Manifestazione studentesca contro la dittatura | pubblico dominio

Pur non riuscendo nel suo principale intento, coinvolgere la popolazione, la guerriglia urbana invece riuscì a praticare azioni simboliche di assoluto rilievo. La più importante fu il sequestro dell’ambasciatore americano. Venne imposto al governo la divulgazione del fatto nei massimi organi di stampa e con essa la lettura nel principale telegiornale di un documento in cui si esigeva la liberazione di 15 prigionieri politici e la cessazione immediata della repressione. Il governo cedette nonostante avesse individuato il nascondiglio dei guerriglieri. La pressione americana fu enorme. L’ambasciatore era in possesso di importanti informazioni e di documenti che legavano direttamente gli organi della polizia segreta alla CIA, le “prove” che il mondo intero sapeva già nonostante i dinieghi del Segretario di Stato. I prigionieri politici vennero liberati come richiesto ed inviati in Messico. Da lì ripararono a Cuba, alcuni di essi per addestrasi militarmente e ritornare a combattere in Brasile. In seguito vennero sequestrati l’ambasciatore svizzero e quello tedesco con ulteriori scambi di prigionieri. La forza bruta della repressione si fece via via più selettiva, più intelligente. Vennero creati il servizio di spionaggio e il sistema investigativo usato fino ad oggi, i metodi di tortura utilizzarono ogni sotterfugio per ottenere le informazioni desiderate. Non erano solo i “terroristi” a soffrire, ma anche i loro amici e familiari che venivano seviziati davanti ai loro occhi, bambini compresi. Metodi così efficaci furono adottati dalle altre dittature latinoamericane, che firmarono con il Brasile un piano di operazione comune, con scambio di informazioni e soprattutto con corsi di aggiornamento in tortura ministrati da professori brasiliani. Altro che CIA. I documenti, le testimonianze, i sopravvissuti: c’è tutto. Nell’antica sede della polizia politica, oggi vi è un museo dedicato alla memoria di quegli anni, gli archivi, le immagini, i filmati.

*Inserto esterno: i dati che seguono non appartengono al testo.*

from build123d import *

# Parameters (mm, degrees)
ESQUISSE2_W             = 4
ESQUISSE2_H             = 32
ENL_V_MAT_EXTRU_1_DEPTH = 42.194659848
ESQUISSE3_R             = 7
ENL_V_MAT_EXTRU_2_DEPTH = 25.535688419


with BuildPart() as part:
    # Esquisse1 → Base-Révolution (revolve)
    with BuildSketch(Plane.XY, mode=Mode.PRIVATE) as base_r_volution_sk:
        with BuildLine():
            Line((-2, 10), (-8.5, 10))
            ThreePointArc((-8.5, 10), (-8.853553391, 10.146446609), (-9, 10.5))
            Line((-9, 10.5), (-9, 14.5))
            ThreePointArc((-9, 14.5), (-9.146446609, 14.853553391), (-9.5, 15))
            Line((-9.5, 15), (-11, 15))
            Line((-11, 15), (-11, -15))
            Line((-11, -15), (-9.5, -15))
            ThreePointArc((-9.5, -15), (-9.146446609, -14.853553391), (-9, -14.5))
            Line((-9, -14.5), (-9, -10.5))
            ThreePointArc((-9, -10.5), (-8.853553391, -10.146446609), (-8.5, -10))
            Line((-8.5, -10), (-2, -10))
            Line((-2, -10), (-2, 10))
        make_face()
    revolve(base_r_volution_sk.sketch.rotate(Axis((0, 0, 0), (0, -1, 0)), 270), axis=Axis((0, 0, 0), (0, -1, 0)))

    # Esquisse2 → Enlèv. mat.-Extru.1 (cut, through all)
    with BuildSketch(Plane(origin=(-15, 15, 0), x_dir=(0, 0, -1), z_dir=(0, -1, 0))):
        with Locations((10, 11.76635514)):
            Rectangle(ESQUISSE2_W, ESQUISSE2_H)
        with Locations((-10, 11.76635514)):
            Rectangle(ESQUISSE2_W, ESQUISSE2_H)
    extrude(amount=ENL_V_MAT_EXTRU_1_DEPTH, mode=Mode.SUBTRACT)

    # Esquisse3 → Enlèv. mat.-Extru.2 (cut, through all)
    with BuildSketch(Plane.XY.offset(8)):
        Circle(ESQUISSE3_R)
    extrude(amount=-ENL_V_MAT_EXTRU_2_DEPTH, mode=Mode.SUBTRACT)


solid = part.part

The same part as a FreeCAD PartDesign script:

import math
import FreeCAD as App
import Part
import Sketcher

doc = App.newDocument("Part")
body = doc.addObject("PartDesign::Body", "Body")

sketch1 = doc.addObject("Sketcher::SketchObject", "Sketch")
body.addObject(sketch1)
sketch1.AttachmentSupport = (doc.XY_Plane, [""])
sketch1.MapMode = "FlatFace"
sketch1.addGeometry(Part.LineSegment(App.Vector(-2, 10, 0), App.Vector(-8.5, 10, 0)), False)
sketch1.addGeometry(Part.ArcOfCircle(Part.Circle(App.Vector(-8.5, 10.5, 0), App.Vector(0, 0, 1), 0.5), math.radians(180), math.radians(270)), False)
sketch1.addGeometry(Part.LineSegment(App.Vector(-9, 10.5, 0), App.Vector(-9, 14.5, 0)), False)
sketch1.addGeometry(Part.ArcOfCircle(Part.Circle(App.Vector(-9.5, 14.5, 0), App.Vector(0, 0, 1), 0.5), math.radians(0), math.radians(90)), False)
sketch1.addGeometry(Part.LineSegment(App.Vector(-9.5, 15, 0), App.Vector(-11, 15, 0)), False)
sketch1.addGeometry(Part.LineSegment(App.Vector(-11, 15, 0), App.Vector(-11, -15, 0)), False)
sketch1.addGeometry(Part.LineSegment(App.Vector(-11, -15, 0), App.Vector(-9.5, -15, 0)), False)
sketch1.addGeometry(Part.ArcOfCircle(Part.Circle(App.Vector(-9.5, -14.5, 0), App.Vector(0, 0, 1), 0.5), math.radians(-90), math.radians(0)), False)
sketch1.addGeometry(Part.LineSegment(App.Vector(-9, -14.5, 0), App.Vector(-9, -10.5, 0)), False)
sketch1.addGeometry(Part.ArcOfCircle(Part.Circle(App.Vector(-8.5, -10.5, 0), App.Vector(0, 0, 1), 0.5), math.radians(90), math.radians(180)), False)
sketch1.addGeometry(Part.LineSegment(App.Vector(-8.5, -10, 0), App.Vector(-2, -10, 0)), False)
sketch1.addGeometry(Part.LineSegment(App.Vector(-2, -10, 0), App.Vector(-2, 10, 0)), False)
sketch1.addConstraint(Sketcher.Constraint("Tangent", 0, 2, 1, 2))
sketch1.addConstraint(Sketcher.Constraint("Tangent", 1, 1, 2, 1))
sketch1.addConstraint(Sketcher.Constraint("Tangent", 2, 2, 3, 1))
sketch1.addConstraint(Sketcher.Constraint("Tangent", 3, 2, 4, 1))
sketch1.addConstraint(Sketcher.Constraint("Coincident", 4, 2, 5, 1))
sketch1.addConstraint(Sketcher.Constraint("Coincident", 5, 2, 6, 1))
sketch1.addConstraint(Sketcher.Constraint("Tangent", 6, 2, 7, 1))
sketch1.addConstraint(Sketcher.Constraint("Tangent", 7, 2, 8, 1))
sketch1.addConstraint(Sketcher.Constraint("Tangent", 8, 2, 9, 2))
sketch1.addConstraint(Sketcher.Constraint("Tangent", 9, 1, 10, 1))
sketch1.addConstraint(Sketcher.Constraint("Coincident", 10, 2, 11, 1))
sketch1.addConstraint(Sketcher.Constraint("Coincident", 11, 2, 0, 1))
sketch1.addConstraint(Sketcher.Constraint("Horizontal", 0))
sketch1.addConstraint(Sketcher.Constraint("Vertical", 2))
sketch1.addConstraint(Sketcher.Constraint("Horizontal", 4))
sketch1.addConstraint(Sketcher.Constraint("Vertical", 5))
sketch1.addConstraint(Sketcher.Constraint("Horizontal", 6))
sketch1.addConstraint(Sketcher.Constraint("Vertical", 8))
sketch1.addConstraint(Sketcher.Constraint("Horizontal", 10))
sketch1.addConstraint(Sketcher.Constraint("Vertical", 11))
sketch1.addConstraint(Sketcher.Constraint("Equal", 1, 3))
sketch1.addConstraint(Sketcher.Constraint("Equal", 3, 7))
sketch1.addConstraint(Sketcher.Constraint("Equal", 7, 9))
sketch1.addConstraint(Sketcher.Constraint("Symmetric", 3, 3, 7, 3, -1))
sketch1.addConstraint(Sketcher.Constraint("Equal", 2, 8))
sketch1.addConstraint(Sketcher.Constraint("Radius", 1, 0.5))
sketch1.addConstraint(Sketcher.Constraint("DistanceY", 2, 1, 2, 2, 4.0))
sketch1.addConstraint(Sketcher.Constraint("DistanceY", 5, 2, 5, 1, 30.0))
sketch1.addConstraint(Sketcher.Constraint("DistanceX", 0, 2, 0, 1, 6.5))
sketch1.addConstraint(Sketcher.Constraint("DistanceX", 4, 2, 4, 1, 1.5))
sketch1.addConstraint(Sketcher.Constraint("DistanceX", 1, 1, -1, 1, 9.0))
revolution = doc.addObject("PartDesign::Revolution", "Revolution")
body.addObject(revolution)
revolution.Profile = sketch1
revolution.ReferenceAxis = (sketch1, ["V_Axis"])
revolution.Angle = 360

sketch2 = doc.addObject("Sketcher::SketchObject", "Sketch001")
body.addObject(sketch2)
sketch2.AttachmentSupport = (doc.XZ_Plane, [""])
sketch2.MapMode = "FlatFace"
sketch2.AttachmentOffset = App.Placement(App.Vector(0, 0, -15), App.Rotation())
sketch2.addGeometry(Part.LineSegment(App.Vector(12.8, -8, 0), App.Vector(-19.2, -8, 0)), False)
sketch2.addGeometry(Part.LineSegment(App.Vector(-19.2, -8, 0), App.Vector(-19.2, -12, 0)), False)
sketch2.addGeometry(Part.LineSegment(App.Vector(-19.2, -12, 0), App.Vector(12.8, -12, 0)), False)
sketch2.addGeometry(Part.LineSegment(App.Vector(12.8, -12, 0), App.Vector(12.8, -8, 0)), False)
sketch2.addGeometry(Part.LineSegment(App.Vector(12.8, 12, 0), App.Vector(-19.2, 12, 0)), False)
sketch2.addGeometry(Part.LineSegment(App.Vector(-19.2, 12, 0), App.Vector(-19.2, 8, 0)), False)
sketch2.addGeometry(Part.LineSegment(App.Vector(-19.2, 8, 0), App.Vector(12.8, 8, 0)), False)
sketch2.addGeometry(Part.LineSegment(App.Vector(12.8, 8, 0), App.Vector(12.8, 12, 0)), False)
sketch2.addConstraint(Sketcher.Constraint("Coincident", 0, 2, 1, 1))
sketch2.addConstraint(Sketcher.Constraint("Coincident", 1, 2, 2, 1))
sketch2.addConstraint(Sketcher.Constraint("Coincident", 2, 2, 3, 1))
sketch2.addConstraint(Sketcher.Constraint("Coincident", 3, 2, 0, 1))
sketch2.addConstraint(Sketcher.Constraint("Coincident", 4, 2, 5, 1))
sketch2.addConstraint(Sketcher.Constraint("Coincident", 5, 2, 6, 1))
sketch2.addConstraint(Sketcher.Constraint("Coincident", 6, 2, 7, 1))
sketch2.addConstraint(Sketcher.Constraint("Coincident", 7, 2, 4, 1))
sketch2.addConstraint(Sketcher.Constraint("Horizontal", 0))
sketch2.addConstraint(Sketcher.Constraint("Vertical", 1))
sketch2.addConstraint(Sketcher.Constraint("Horizontal", 2))
sketch2.addConstraint(Sketcher.Constraint("Vertical", 3))
sketch2.addConstraint(Sketcher.Constraint("Horizontal", 4))
sketch2.addConstraint(Sketcher.Constraint("Vertical", 5))
sketch2.addConstraint(Sketcher.Constraint("Horizontal", 6))
sketch2.addConstraint(Sketcher.Constraint("Vertical", 7))
sketch2.addConstraint(Sketcher.Constraint("Symmetric", 1, 2, 4, 2, -1))
sketch2.addConstraint(Sketcher.Constraint("Symmetric", 3, 2, 6, 2, -1))
sketch2.addConstraint(Sketcher.Constraint("DistanceX", 0, 2, 0, 1, 32.0))
sketch2.addConstraint(Sketcher.Constraint("DistanceY", 1, 2, 1, 1, 4.0))
sketch2.addConstraint(Sketcher.Constraint("DistanceY", 0, 2, -1, 1, 8.0))
sketch2.addConstraint(Sketcher.Constraint("DistanceX", 0, 2, -1, 1, 19.233645))
pocket1 = doc.addObject("PartDesign::Pocket", "Pocket")
body.addObject(pocket1)
pocket1.Profile = sketch2
pocket1.Type = "ThroughAll"
pocket1.Reversed = True

sketch3 = doc.addObject("Sketcher::SketchObject", "Sketch002")
body.addObject(sketch3)
sketch3.AttachmentSupport = (doc.XY_Plane, [""])
sketch3.MapMode = "FlatFace"
sketch3.AttachmentOffset = App.Placement(App.Vector(0, 0, 8), App.Rotation())
sketch3.addGeometry(Part.Circle(App.Vector(0, 0, 0), App.Vector(0, 0, 1), 7), False)
sketch3.addConstraint(Sketcher.Constraint("Coincident", 0, 3, -1, 1))
sketch3.addConstraint(Sketcher.Constraint("Diameter", 0, 14.0))
pocket2 = doc.addObject("PartDesign::Pocket", "Pocket001")
body.addObject(pocket2)
pocket2.Profile = sketch3
pocket2.Type = "ThroughAll"

doc.recompute()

Contemporaneamente la politica nazionale sul versante interno cambiò tattica. Mentre nei sotterranei si torturava e si uccideva la gente, il governo militare plasmò l’immaginario collettivo attraverso tecniche di propaganda e marketing per convincere la popolazione che non solo tutto andava per il meglio, ma che ogni persona, ogni cittadino era responsabile per la costruzione del País do Futuro, il paese del futuro: ame-o ou deixe-o, amalo o lascialo, era lo slogan. Chi ne parlasse male, che ne indicasse qualche difetto era invitato a lasciare il Paese e partire per l’esilio. La macchina di propaganda seppe usare  la musica e l’arte  per i suoi fini, in modo tale da riuscire a convogliare il consenso di massa verso una unica direzione. Un aiuto fondamentale venne anche dalle strabilianti partite della seleção, la nazionale di calcio, che vinse i mondiali del 1970. Ecco fatto: siamo i più forti, i migliori, ninguem segura este país, nessuno può tenere fermo questo paese.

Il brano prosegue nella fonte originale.